The definitions of overbought and oversold are different for the Commodity Channel Index (CCI). Also having values ​​of -200 and 200 is a much harder level to achieve and represents an actual overbought, oversold level.

The chart below is the GOOG property and the use of the CCI-20 day indicator. The horizontal lines at -200 and 200 have been added to the chart.

From early February to early October, CCI has exceeded the level of 2 more than 10 times. The red dashed lines showing the CCI move back below 200. The blue dashed lines show when the CCI moves back above -4.

As you can see, this is a model and the signal is not clear. Note, GOOG continues to go higher even after the CCI is overbought in mid-September and moves below -9.

CCI indicator and google stock

Bullish and Bearish divergences


  • An increase divergence occurs when prices make a lower low. And CCI indicator created a new high, which shows less downtrend.
  • A bearish divergence forms when the price records create a new high. And CCI formed a new lower peak, indicating less upward momentum.

Before too much confidence in divergence are reversal indicators, be aware that divergence can be misleading in a strong trend.

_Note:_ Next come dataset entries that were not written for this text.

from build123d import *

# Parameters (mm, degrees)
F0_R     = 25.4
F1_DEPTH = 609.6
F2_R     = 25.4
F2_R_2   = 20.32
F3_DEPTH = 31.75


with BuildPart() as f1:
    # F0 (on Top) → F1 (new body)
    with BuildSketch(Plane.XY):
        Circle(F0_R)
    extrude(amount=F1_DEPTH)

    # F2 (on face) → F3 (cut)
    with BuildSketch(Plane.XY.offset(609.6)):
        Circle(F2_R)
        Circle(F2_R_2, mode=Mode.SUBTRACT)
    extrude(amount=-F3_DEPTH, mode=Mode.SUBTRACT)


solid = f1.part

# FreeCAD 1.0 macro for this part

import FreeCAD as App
import Part
import Sketcher
from FreeCAD import Vector
Q = App.Units.Quantity

doc = App.newDocument("Part")
params = doc.addObject("Spreadsheet::Sheet", "Params")
for row, (alias, value) in enumerate([
    ("sketch1_diameter", "2 in"),
    ("pad1_length", "24 in"),
    ("sketch2_diameter", "2 in"),
    ("sketch2_diameter2", "1.6 in"),
    ("pocket1_length", "1.25 in"),
], start=1):
    params.set(f"A{row}", alias)
    params.set(f"B{row}", "=" + value)
    params.setAlias(f"B{row}", alias)

body = doc.addObject("PartDesign::Body", "Body")

sketch1 = body.newObject("Sketcher::SketchObject", "Sketch")
sketch1.AttachmentSupport = (doc.getObject("XY_Plane"), [""])
sketch1.MapMode = "FlatFace"
sketch1.addGeometry(Part.Circle(Vector(0, 0, 0), Vector(0, 0, 1), 25.4), False)
sketch1.addConstraint([
    Sketcher.Constraint("Coincident", 0, 3, -1, 1),
    Sketcher.Constraint("Diameter", 0, Q("2 in")),
])
sketch1.setExpression("Constraints[1]", "Params.sketch1_diameter")
pad1 = body.newObject("PartDesign::Pad", "Pad")
pad1.Profile = sketch1
pad1.setExpression("Length", "Params.pad1_length")

sketch2 = body.newObject("Sketcher::SketchObject", "Sketch001")
sketch2.AttachmentSupport = (doc.getObject("XY_Plane"), [""])
sketch2.MapMode = "FlatFace"
sketch2.AttachmentOffset = App.Placement(Vector(0, 0, 24 * 25.4), App.Rotation())
sketch2.addGeometry([
    Part.Circle(Vector(0, 0, 0), Vector(0, 0, 1), 25.4),
    Part.Circle(Vector(0, 0, 0), Vector(0, 0, 1), 20.32),
], False)
sketch2.addConstraint([
    Sketcher.Constraint("Coincident", 0, 3, -1, 1),
    Sketcher.Constraint("Coincident", 1, 3, -1, 1),
    Sketcher.Constraint("Diameter", 0, Q("2 in")),
    Sketcher.Constraint("Diameter", 1, Q("1.6 in")),
])
sketch2.setExpression("Constraints[2]", "Params.sketch2_diameter")
sketch2.setExpression("Constraints[3]", "Params.sketch2_diameter2")
pocket1 = body.newObject("PartDesign::Pocket", "Pocket")
pocket1.Profile = sketch2
pocket1.setExpression("Length", "Params.pocket1_length")

doc.recompute()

For example: A strong uptrend may show many bearish divergences before a new peak is formed. In contrast, bullish divergences often appear in long-term downtrends.

While divergences can herald a trend reversal. Chartists should set a confirmation point for either a CCI or a price chart.

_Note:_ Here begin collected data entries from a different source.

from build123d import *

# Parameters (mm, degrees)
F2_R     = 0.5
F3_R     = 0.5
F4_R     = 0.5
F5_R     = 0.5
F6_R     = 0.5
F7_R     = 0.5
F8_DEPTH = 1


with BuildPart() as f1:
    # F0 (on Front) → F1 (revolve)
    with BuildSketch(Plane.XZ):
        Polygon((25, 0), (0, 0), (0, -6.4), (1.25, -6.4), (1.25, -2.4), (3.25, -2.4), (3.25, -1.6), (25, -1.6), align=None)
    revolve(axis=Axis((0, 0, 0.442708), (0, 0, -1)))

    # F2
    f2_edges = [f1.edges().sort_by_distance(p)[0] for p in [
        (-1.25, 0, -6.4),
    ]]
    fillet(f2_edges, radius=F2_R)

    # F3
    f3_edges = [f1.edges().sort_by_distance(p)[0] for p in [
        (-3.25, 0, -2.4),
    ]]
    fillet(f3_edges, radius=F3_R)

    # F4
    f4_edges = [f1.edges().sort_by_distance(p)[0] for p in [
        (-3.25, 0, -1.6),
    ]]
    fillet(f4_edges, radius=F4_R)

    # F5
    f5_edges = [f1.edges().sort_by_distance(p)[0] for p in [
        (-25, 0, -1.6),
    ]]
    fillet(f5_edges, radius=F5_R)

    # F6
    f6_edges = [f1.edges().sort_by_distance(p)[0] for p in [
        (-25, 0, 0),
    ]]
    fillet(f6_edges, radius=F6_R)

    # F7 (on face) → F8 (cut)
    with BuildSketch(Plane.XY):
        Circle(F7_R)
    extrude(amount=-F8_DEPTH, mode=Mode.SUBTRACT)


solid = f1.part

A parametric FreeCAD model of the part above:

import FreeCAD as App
import Part
import Sketcher
Q = App.Units.Quantity


def edges_at(feature, points):
    """Names of the edges that pass closest to the given points."""
    edges = feature.Shape.Edges
    near = lambda p: min(range(len(edges)), key=lambda i: edges[i].distToShape(Part.Vertex(*p))[0])
    return sorted({f"Edge{near(p) + 1}" for p in points})

doc = App.newDocument("Part")
body = doc.addObject("PartDesign::Body", "Body")

# Sketch on XZ plane
sketch1 = doc.addObject("Sketcher::SketchObject", "Sketch")
body.addObject(sketch1)
sketch1.AttachmentSupport = (doc.XZ_Plane, [""])
sketch1.MapMode = "FlatFace"
sketch1.addGeometry(Part.LineSegment(App.Vector(25, 0, 0), App.Vector(0, 0, 0)), False)
sketch1.addGeometry(Part.LineSegment(App.Vector(0, 0, 0), App.Vector(0, -6.4, 0)), False)
sketch1.addGeometry(Part.LineSegment(App.Vector(0, -6.4, 0), App.Vector(1.2, -6.4, 0)), False)
sketch1.addGeometry(Part.LineSegment(App.Vector(1.2, -6.4, 0), App.Vector(1.2, -2.4, 0)), False)
sketch1.addGeometry(Part.LineSegment(App.Vector(1.2, -2.4, 0), App.Vector(3.2, -2.4, 0)), False)
sketch1.addGeometry(Part.LineSegment(App.Vector(3.2, -2.4, 0), App.Vector(3.2, -1.6, 0)), False)
sketch1.addGeometry(Part.LineSegment(App.Vector(3.2, -1.6, 0), App.Vector(25, -1.6, 0)), False)
sketch1.addGeometry(Part.LineSegment(App.Vector(25, -1.6, 0), App.Vector(25, 0, 0)), False)
sketch1.addConstraint(Sketcher.Constraint("Coincident", 0, 2, 1, 1))
sketch1.addConstraint(Sketcher.Constraint("Coincident", 1, 2, 2, 1))
sketch1.addConstraint(Sketcher.Constraint("Coincident", 2, 2, 3, 1))
sketch1.addConstraint(Sketcher.Constraint("Coincident", 3, 2, 4, 1))
sketch1.addConstraint(Sketcher.Constraint("Coincident", 4, 2, 5, 1))
sketch1.addConstraint(Sketcher.Constraint("Coincident", 5, 2, 6, 1))
sketch1.addConstraint(Sketcher.Constraint("Coincident", 6, 2, 7, 1))
sketch1.addConstraint(Sketcher.Constraint("Coincident", 7, 2, 0, 1))
sketch1.addConstraint(Sketcher.Constraint("Horizontal", 0))
sketch1.addConstraint(Sketcher.Constraint("Vertical", 1))
sketch1.addConstraint(Sketcher.Constraint("Horizontal", 2))
sketch1.addConstraint(Sketcher.Constraint("Vertical", 3))
sketch1.addConstraint(Sketcher.Constraint("Horizontal", 4))
sketch1.addConstraint(Sketcher.Constraint("Vertical", 5))
sketch1.addConstraint(Sketcher.Constraint("Horizontal", 6))
sketch1.addConstraint(Sketcher.Constraint("Vertical", 7))
sketch1.addConstraint(Sketcher.Constraint("Coincident", 0, 2, -1, 1))
sketch1.addConstraint(Sketcher.Constraint("DistanceX", 0, 2, 0, 1, Q("25 mm")))
sketch1.addConstraint(Sketcher.Constraint("DistanceX", 4, 1, 4, 2, Q("2 mm")))
sketch1.addConstraint(Sketcher.Constraint("DistanceY", 3, 1, 3, 2, Q("4 mm")))
sketch1.addConstraint(Sketcher.Constraint("DistanceY", 1, 2, 1, 1, Q("6.4 mm")))
sketch1.addConstraint(Sketcher.Constraint("DistanceY", 5, 1, 5, 2, Q("0.8 mm")))
sketch1.addConstraint(Sketcher.Constraint("DistanceX", 2, 1, 2, 2, Q("1.25 mm")))
revolution = doc.addObject("PartDesign::Revolution", "Revolution")
body.addObject(revolution)
revolution.Profile = sketch1
revolution.ReferenceAxis = (sketch1, ["V_Axis"])
revolution.Angle = 360
doc.recompute()

fillet = doc.addObject("PartDesign::Fillet", "Fillet")
body.addObject(fillet)
fillet.Base = (revolution, edges_at(revolution, [(-1.25, 0, -6.4)]))
fillet.Radius = 0.5
doc.recompute()

fillet2 = doc.addObject("PartDesign::Fillet", "Fillet001")
body.addObject(fillet2)
fillet2.Base = (fillet, edges_at(fillet, [(-3.25, 0, -2.4)]))
fillet2.Radius = 0.5
doc.recompute()

fillet3 = doc.addObject("PartDesign::Fillet", "Fillet002")
body.addObject(fillet3)
fillet3.Base = (fillet2, edges_at(fillet2, [(-3.25, 0, -1.6)]))
fillet3.Radius = 0.5
doc.recompute()

fillet4 = doc.addObject("PartDesign::Fillet", "Fillet003")
body.addObject(fillet4)
fillet4.Base = (fillet3, edges_at(fillet3, [(-25, 0, -1.6)]))
fillet4.Radius = 0.5
doc.recompute()

fillet5 = doc.addObject("PartDesign::Fillet", "Fillet004")
body.addObject(fillet5)
fillet5.Base = (fillet4, edges_at(fillet4, [(-25, 0, 0)]))
fillet5.Radius = 0.5

# Sketch on XY plane
sketch2 = doc.addObject("Sketcher::SketchObject", "Sketch001")
body.addObject(sketch2)
sketch2.AttachmentSupport = (doc.XY_Plane, [""])
sketch2.MapMode = "FlatFace"
sketch2.addGeometry(Part.Circle(App.Vector(0, 0, 0), App.Vector(0, 0, 1), 0.5), False)
sketch2.addConstraint(Sketcher.Constraint("Coincident", 0, 3, -1, 1))
sketch2.addConstraint(Sketcher.Constraint("Diameter", 0, Q("1 mm")))
pocket1 = doc.addObject("PartDesign::Pocket", "Pocket")
body.addObject(pocket1)
pocket1.Profile = sketch2
pocket1.Length = 1

doc.recompute()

A bearish divergence can be confirmed with the CCI breaking below zero or breaking support on the price chart. Similarly, a bullish divergence can be confirmed with the CCI breaking above the 0 level or breaking the resistance zone on the price chart.

For example

The chart below uses 40-day CCI. Longer time frame to reduce price volatility. There are three fairly large divergences over a 7-month period.

First, the price pushed to a new high in early May. But the CCI indicator did not exceed the highest level in March and formed a bearish divergence. A support breakout of the price chart and the CCI moving into the -5 zone confirm divergence a few days later.

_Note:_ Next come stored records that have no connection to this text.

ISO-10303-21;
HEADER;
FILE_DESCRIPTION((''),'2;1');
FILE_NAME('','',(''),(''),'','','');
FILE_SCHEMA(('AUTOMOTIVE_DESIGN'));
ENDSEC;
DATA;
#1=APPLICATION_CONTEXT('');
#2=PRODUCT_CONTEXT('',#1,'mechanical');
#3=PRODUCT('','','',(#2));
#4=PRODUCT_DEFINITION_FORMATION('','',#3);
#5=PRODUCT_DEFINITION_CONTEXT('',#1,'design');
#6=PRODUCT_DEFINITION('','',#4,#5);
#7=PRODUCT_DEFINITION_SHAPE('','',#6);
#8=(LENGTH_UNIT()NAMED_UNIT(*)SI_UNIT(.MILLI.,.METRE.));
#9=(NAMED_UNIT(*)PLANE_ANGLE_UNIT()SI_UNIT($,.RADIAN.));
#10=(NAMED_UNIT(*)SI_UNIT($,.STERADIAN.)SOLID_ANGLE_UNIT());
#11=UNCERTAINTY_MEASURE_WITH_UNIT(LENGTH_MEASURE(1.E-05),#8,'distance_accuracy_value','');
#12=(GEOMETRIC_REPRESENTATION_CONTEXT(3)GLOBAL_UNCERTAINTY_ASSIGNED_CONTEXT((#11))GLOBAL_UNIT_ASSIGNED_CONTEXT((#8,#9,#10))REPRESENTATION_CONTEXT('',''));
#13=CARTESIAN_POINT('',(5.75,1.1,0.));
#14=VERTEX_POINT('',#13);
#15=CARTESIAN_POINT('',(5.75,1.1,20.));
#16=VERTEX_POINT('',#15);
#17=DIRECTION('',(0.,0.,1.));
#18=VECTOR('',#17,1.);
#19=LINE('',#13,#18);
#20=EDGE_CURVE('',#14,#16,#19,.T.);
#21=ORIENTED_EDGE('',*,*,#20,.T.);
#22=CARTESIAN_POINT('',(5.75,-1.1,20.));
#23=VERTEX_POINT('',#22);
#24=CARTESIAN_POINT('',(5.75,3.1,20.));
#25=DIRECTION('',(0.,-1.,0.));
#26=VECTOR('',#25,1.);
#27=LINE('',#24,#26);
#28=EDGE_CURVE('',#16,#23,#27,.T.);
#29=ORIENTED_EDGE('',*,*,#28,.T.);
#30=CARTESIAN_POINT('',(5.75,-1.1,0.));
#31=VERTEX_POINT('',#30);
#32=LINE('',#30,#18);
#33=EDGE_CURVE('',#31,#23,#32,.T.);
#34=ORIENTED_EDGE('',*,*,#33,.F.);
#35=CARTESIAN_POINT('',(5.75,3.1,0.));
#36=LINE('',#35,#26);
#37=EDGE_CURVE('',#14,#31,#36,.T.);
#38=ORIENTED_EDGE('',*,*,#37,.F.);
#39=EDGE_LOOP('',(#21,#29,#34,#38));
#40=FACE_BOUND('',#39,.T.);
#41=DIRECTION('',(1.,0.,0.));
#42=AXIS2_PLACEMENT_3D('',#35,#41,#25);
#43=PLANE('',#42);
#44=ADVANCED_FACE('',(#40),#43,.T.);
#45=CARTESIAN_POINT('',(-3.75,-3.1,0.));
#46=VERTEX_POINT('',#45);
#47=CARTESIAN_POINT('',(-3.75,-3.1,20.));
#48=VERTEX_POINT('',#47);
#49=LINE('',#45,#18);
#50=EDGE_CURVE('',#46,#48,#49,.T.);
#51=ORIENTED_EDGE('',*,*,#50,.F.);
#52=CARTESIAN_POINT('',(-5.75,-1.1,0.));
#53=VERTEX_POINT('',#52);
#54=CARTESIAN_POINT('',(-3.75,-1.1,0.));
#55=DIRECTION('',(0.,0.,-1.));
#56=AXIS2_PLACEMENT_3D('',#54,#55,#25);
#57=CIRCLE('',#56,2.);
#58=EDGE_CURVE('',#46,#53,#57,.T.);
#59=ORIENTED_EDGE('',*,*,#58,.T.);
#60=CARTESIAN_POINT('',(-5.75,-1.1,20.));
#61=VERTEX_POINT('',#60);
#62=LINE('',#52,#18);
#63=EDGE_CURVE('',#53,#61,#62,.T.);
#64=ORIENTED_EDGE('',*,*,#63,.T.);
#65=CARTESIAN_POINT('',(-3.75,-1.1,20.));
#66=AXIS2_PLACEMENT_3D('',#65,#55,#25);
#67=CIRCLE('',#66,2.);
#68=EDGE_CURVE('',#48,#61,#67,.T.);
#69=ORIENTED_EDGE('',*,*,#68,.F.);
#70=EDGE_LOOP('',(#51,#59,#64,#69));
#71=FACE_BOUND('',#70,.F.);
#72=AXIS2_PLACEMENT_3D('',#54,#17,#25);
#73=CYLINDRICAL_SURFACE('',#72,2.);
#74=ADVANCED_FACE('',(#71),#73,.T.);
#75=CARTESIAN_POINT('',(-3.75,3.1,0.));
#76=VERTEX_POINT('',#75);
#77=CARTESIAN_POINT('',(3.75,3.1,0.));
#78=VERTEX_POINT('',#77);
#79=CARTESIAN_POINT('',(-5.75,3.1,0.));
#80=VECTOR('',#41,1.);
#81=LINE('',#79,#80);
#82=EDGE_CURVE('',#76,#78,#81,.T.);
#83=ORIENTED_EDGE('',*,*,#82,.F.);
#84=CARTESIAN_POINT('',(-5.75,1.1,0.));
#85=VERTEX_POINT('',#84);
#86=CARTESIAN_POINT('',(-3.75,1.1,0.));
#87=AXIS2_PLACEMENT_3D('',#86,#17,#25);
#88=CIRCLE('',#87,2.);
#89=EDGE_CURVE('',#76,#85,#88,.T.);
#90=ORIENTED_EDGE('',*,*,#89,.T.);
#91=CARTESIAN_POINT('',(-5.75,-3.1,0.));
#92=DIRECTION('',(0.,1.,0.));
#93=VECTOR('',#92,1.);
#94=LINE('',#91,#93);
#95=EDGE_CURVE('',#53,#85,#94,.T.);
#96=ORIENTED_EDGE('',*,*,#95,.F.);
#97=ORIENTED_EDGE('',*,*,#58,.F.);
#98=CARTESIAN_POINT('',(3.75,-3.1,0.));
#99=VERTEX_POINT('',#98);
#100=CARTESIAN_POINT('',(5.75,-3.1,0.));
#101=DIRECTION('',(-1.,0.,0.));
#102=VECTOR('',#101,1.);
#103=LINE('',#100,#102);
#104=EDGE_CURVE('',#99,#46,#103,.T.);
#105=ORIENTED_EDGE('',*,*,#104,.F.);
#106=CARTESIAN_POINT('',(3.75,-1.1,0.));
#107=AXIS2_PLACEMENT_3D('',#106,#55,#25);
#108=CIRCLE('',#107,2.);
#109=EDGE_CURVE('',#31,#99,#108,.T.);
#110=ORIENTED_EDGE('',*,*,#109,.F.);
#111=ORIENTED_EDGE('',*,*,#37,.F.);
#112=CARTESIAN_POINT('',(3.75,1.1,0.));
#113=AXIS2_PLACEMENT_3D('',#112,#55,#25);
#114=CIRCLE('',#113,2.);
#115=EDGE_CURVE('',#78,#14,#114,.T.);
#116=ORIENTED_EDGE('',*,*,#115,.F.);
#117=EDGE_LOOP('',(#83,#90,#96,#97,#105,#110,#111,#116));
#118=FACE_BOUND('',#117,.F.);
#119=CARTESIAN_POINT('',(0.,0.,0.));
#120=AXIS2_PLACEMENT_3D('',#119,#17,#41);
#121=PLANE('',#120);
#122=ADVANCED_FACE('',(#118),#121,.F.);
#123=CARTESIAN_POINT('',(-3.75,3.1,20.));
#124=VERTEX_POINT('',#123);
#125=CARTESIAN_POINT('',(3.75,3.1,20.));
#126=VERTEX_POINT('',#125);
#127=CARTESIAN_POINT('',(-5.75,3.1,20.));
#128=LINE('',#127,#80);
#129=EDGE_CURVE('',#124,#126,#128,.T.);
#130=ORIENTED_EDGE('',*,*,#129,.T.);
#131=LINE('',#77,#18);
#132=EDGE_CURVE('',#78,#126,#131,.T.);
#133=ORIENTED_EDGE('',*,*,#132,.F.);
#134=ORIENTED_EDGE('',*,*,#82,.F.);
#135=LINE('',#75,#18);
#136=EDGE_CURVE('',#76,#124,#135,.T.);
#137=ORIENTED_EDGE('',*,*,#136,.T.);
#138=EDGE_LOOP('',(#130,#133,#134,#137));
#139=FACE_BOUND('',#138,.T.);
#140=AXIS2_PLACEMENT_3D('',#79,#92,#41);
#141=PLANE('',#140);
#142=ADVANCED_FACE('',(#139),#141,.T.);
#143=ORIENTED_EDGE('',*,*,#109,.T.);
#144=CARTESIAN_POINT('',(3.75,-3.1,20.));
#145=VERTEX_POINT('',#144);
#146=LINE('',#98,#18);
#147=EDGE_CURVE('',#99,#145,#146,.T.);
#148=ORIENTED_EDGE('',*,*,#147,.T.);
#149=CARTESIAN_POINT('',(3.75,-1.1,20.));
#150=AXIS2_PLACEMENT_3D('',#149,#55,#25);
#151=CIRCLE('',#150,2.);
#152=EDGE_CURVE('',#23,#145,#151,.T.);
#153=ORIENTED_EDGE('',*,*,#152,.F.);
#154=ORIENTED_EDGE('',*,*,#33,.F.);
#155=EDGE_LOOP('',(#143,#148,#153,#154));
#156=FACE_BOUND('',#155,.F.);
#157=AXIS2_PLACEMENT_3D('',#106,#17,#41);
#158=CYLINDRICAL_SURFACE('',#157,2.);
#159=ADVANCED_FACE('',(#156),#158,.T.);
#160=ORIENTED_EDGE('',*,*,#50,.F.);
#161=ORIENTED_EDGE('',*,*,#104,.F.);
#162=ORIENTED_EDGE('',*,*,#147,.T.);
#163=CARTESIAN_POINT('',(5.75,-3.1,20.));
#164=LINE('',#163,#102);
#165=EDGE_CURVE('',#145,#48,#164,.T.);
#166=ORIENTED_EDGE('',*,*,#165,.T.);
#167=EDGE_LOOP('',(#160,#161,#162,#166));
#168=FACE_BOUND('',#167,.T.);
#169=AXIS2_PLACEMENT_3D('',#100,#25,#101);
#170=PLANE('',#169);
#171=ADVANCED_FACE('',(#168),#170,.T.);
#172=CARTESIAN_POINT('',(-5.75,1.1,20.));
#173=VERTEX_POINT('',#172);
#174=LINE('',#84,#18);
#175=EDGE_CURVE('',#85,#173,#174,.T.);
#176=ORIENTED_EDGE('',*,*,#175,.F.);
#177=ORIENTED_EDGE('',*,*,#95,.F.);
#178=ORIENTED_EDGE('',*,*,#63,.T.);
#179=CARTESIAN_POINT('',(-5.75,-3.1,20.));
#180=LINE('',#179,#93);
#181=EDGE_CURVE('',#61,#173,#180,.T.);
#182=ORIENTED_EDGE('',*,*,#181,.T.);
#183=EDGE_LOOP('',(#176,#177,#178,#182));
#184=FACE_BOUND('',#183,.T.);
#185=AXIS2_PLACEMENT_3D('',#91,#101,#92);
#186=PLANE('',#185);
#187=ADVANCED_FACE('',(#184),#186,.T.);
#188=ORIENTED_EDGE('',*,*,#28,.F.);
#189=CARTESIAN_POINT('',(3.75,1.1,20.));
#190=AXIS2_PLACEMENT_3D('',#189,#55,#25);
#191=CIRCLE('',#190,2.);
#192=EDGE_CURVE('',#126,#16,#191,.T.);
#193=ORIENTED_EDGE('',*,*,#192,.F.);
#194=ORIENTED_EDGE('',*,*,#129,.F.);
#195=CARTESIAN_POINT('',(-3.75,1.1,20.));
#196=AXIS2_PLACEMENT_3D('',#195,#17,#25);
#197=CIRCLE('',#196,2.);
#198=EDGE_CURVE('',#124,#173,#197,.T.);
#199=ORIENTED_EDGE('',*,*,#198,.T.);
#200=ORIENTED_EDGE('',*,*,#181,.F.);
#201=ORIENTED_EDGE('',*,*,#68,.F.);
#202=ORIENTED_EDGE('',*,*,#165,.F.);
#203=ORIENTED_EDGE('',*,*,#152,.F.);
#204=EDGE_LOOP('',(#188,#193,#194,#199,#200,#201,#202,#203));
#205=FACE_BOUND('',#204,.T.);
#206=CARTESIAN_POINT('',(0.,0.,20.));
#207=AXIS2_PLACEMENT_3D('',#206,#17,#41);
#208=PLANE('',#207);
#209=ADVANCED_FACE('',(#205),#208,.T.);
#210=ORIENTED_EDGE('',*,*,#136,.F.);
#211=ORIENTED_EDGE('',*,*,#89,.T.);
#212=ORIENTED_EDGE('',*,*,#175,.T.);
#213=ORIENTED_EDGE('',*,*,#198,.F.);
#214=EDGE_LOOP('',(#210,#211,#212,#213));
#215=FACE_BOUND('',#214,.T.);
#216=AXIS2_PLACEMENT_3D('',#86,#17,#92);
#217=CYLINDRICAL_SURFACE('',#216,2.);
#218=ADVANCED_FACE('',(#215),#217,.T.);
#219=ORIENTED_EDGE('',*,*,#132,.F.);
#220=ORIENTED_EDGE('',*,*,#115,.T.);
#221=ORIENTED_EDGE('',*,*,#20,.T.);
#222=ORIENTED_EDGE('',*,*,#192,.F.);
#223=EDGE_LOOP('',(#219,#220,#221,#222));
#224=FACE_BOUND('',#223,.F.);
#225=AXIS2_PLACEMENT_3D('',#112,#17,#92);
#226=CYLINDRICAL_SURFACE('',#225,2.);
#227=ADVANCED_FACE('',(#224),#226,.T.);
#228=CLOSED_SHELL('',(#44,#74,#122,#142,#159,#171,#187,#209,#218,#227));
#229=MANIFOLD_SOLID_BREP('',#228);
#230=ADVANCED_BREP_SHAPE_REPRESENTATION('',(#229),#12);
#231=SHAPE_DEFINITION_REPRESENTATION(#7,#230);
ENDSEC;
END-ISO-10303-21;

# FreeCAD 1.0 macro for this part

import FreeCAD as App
import Part
import Sketcher


def edges_at(feature, points):
    """Names of the edges that pass closest to the given points."""
    edges = feature.Shape.Edges
    near = lambda p: min(range(len(edges)), key=lambda i: edges[i].distToShape(Part.Vertex(*p))[0])
    return sorted({f"Edge{near(p) + 1}" for p in points})

doc = App.newDocument("Part")
params = doc.addObject("Spreadsheet::Sheet", "Params")
for row, (alias, value) in enumerate([
    ("sketch1_width", "11.5 mm"),
    ("sketch1_height", "6.2 mm"),
    ("pad1_length", "20 mm"),
    ("fillet_radius", "2 mm"),
], start=1):
    params.set(f"A{row}", alias)
    params.set(f"B{row}", "=" + value)
    params.setAlias(f"B{row}", alias)

body = doc.addObject("PartDesign::Body", "Body")

# Sketch on XY plane
sketch1 = body.newObject("Sketcher::SketchObject", "Sketch")
sketch1.AttachmentSupport = (doc.getObject("XY_Plane"), [""])
sketch1.MapMode = "FlatFace"
sketch1.addGeometry([
    Part.LineSegment(App.Vector(6, 3, 0), App.Vector(-6, 3, 0)),
    Part.LineSegment(App.Vector(-6, 3, 0), App.Vector(-6, -3, 0)),
    Part.LineSegment(App.Vector(-6, -3, 0), App.Vector(6, -3, 0)),
    Part.LineSegment(App.Vector(6, -3, 0), App.Vector(6, 3, 0)),
], False)
sketch1.addConstraint([
    Sketcher.Constraint("Coincident", 0, 2, 1, 1),
    Sketcher.Constraint("Coincident", 1, 2, 2, 1),
    Sketcher.Constraint("Coincident", 2, 2, 3, 1),
    Sketcher.Constraint("Coincident", 3, 2, 0, 1),
    Sketcher.Constraint("Horizontal", 0),
    Sketcher.Constraint("Vertical", 1),
    Sketcher.Constraint("Horizontal", 2),
    Sketcher.Constraint("Vertical", 3),
    Sketcher.Constraint("Symmetric", 0, 2, 2, 2, -1, 1),
    Sketcher.Constraint("DistanceX", 0, 2, 0, 1, 11.5),
    Sketcher.Constraint("DistanceY", 1, 2, 1, 1, 6.2),
])
sketch1.setExpression("Constraints[9]", "Params.sketch1_width")
sketch1.setExpression("Constraints[10]", "Params.sketch1_height")
pad1 = body.newObject("PartDesign::Pad", "Pad")
pad1.Profile = sketch1
pad1.setExpression("Length", "Params.pad1_length")
doc.recompute()

fillet = body.newObject("PartDesign::Fillet", "Fillet")
fillet.Base = (pad1, edges_at(pad1, [
    (5.75, 3.1, 10),
    (-5.75, 3.1, 10),
    (-5.75, -3.1, 10),
    (5.75, -3.1, 10),
]))
fillet.setExpression("Radius", "Params.fillet_radius")

doc.recompute()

Next, a bullish divergence formed in early July when prices moved to a lower low. But CCI forms a higher low. This difference was confirmed when CCI moved up to the zone 7.

Also note that asset prices filled the gap (Filled GAP) at the end of June with a spike in early July.

Finally, a bearish divergence formed in early September and was confirmed when the CCI entered the -9 zone. Despite CCI confirmation, the price never broke support and the divergence did not lead to trend reversals.

So it can be said that: Not all divergences produce good signals. Depending on the case as analyzed offline.

cci indicator and divergence

Explain the symbol on a chart:

  • Higher high: Higher peak.
  • Filled gap: Filling the gap.
  • Lower low: Lower bottom
  • Confirmation: Confirmation
  • Bearish divergence: Divergence declines
  • Bullish divergence: Increasing divergence


So, to summarize a few points you learned through the analysis using the CCI indicator:

CCI (Commodity Channel Indicator) is an oscillating indicator that helps you determine the price of an asset's high or low. Can indicate weakness or end of a trend. Thereby helping you to join the trade as soon as the trend starts or exit the trade before it goes against you ...

Finally, combine the CCI with the indicators Blogtienao mentioned. All indicators are fully provided on the website. The article is not investment advice, do your own research and evaluation. Thanks!